Don't get me wrong, I'd like to get Gasol, and would give up Nocioni and filler for him, but I wouldn't give up any of the other core (Deng, Tyrus, Ben, Kirk, NYK 1st). Heck, I'd give up Ben Wallace for him in a heartbeat straight up too lol.


----------



## BG7 (Jun 25, 2003)

I'd do

Kirk Hinrich
PJ Brown
07 Pick Unprotected 

for Gasol.


----------



## ace20004u (Jun 19, 2002)

Rhyder said:


> My reasoning behind the trade is the following:
> 
> --Assuming we are trading for Gasol, our four fowards would be: Gasol, Tyrus, Deng, Noc, Khryapa
> 
> ...



I understand your reasoning regarding Deng & Nocioni but in my mind both of those guys are close to untouchable. The way Noc has been performing he may actually be MORE valuable than Gasol himself. Plus he is the heart, the scrap in this team, if we lose him it would hurt big time. I don't see the logjam as that big of a concern since Noc can play either the 3 or the 4.

ACE


----------



## DaBabyBullz (May 26, 2006)

ace20004u said:


> I understand your reasoning regarding Deng & Nocioni but in my mind both of those guys are close to untouchable. The way Noc has been performing he may actually be MORE valuable than Gasol himself. Plus he is the heart, the scrap in this team, if we lose him it would hurt big time. I don't see the logjam as that big of a concern since Noc can play either the 3 or the 4.
> 
> ACE


I see your point, BUT, look at it this way. What is more valuable, a 6'7" SF/PF, or a 7' PF/C that has a little better stats? The 7' PF/C with a little better stats is more valuable. I agree that Nocioni's tenacity is very valuable to the team, but how valuable would an actually 7 footer be to our undersized team? Now if we could trade say Duhon, PJ and Nocioni for Gasol, a lineup looking like this would be VERY good.

Kirk/Thabo
Gordon
Deng/Khryapa
Gasol/Thomas
Wallace

Now, if we kept the pick, and picked up Durant or Oden or another quality lottery player with it, imagine that team. Oden replacing Big Ben...we'd have all the younger pieces we'd need for a dynasty IMO. We give up that pick for Gasol, and in a few years we're left with CRAP at the C position.


----------



## Sith (Oct 20, 2003)

guys, please look at from a clear perspective. why the hell would the grizzlies trade a young big man stud for likes of sweetney, pj brown, duhon? 

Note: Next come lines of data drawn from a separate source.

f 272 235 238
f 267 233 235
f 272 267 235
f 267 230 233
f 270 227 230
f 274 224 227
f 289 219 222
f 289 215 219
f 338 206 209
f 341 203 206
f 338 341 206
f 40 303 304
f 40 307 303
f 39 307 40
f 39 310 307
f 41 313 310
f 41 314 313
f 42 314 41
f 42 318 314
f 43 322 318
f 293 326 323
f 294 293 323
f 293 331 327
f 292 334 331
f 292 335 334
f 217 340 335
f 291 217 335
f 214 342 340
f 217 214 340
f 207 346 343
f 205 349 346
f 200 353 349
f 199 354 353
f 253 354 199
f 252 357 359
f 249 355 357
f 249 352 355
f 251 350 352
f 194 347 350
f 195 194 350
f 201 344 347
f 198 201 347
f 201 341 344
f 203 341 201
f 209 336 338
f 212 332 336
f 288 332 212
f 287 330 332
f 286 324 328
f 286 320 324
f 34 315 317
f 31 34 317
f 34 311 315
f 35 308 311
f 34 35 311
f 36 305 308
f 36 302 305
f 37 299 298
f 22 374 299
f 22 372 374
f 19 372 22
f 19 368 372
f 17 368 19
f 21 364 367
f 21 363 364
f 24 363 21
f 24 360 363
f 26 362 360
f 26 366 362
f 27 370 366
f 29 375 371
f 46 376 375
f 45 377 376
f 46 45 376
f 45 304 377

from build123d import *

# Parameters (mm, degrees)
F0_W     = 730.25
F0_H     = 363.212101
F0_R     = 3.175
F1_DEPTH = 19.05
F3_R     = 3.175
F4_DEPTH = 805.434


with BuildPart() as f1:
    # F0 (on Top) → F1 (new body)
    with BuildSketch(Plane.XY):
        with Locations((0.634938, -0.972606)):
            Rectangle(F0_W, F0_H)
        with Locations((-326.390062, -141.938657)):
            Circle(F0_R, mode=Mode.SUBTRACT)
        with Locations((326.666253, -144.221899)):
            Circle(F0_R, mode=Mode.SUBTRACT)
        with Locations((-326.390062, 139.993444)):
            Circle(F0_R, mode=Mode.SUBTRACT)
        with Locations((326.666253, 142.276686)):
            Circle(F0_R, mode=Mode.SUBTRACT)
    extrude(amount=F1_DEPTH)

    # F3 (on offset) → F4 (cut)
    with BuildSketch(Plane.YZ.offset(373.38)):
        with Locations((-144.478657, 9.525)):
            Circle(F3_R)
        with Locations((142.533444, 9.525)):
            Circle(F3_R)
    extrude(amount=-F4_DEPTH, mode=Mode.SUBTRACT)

i will say it again, we will need to probably give up gordon+deng for someone like gasol. i perfer noc+gordon for gasol, but memphis probably won't do it.


----------



## Sith (Oct 20, 2003)

while we are at it, we might as well trade kirk for KG straight up because our guys are worth 5x more than their actual ability.


----------



## RSP83 (Nov 24, 2002)

rwj333 said:


> The Lakers could offer Odom + Bynum + their pick. Phoenix has a large number of assets, and multiple first round picks, that they could use. Boston could always offer Green + Jefferson + Telfair. It will take at least one good player and the pick to get Gasol.
> 
> I really wish Memphis' ownership situation would get resolved.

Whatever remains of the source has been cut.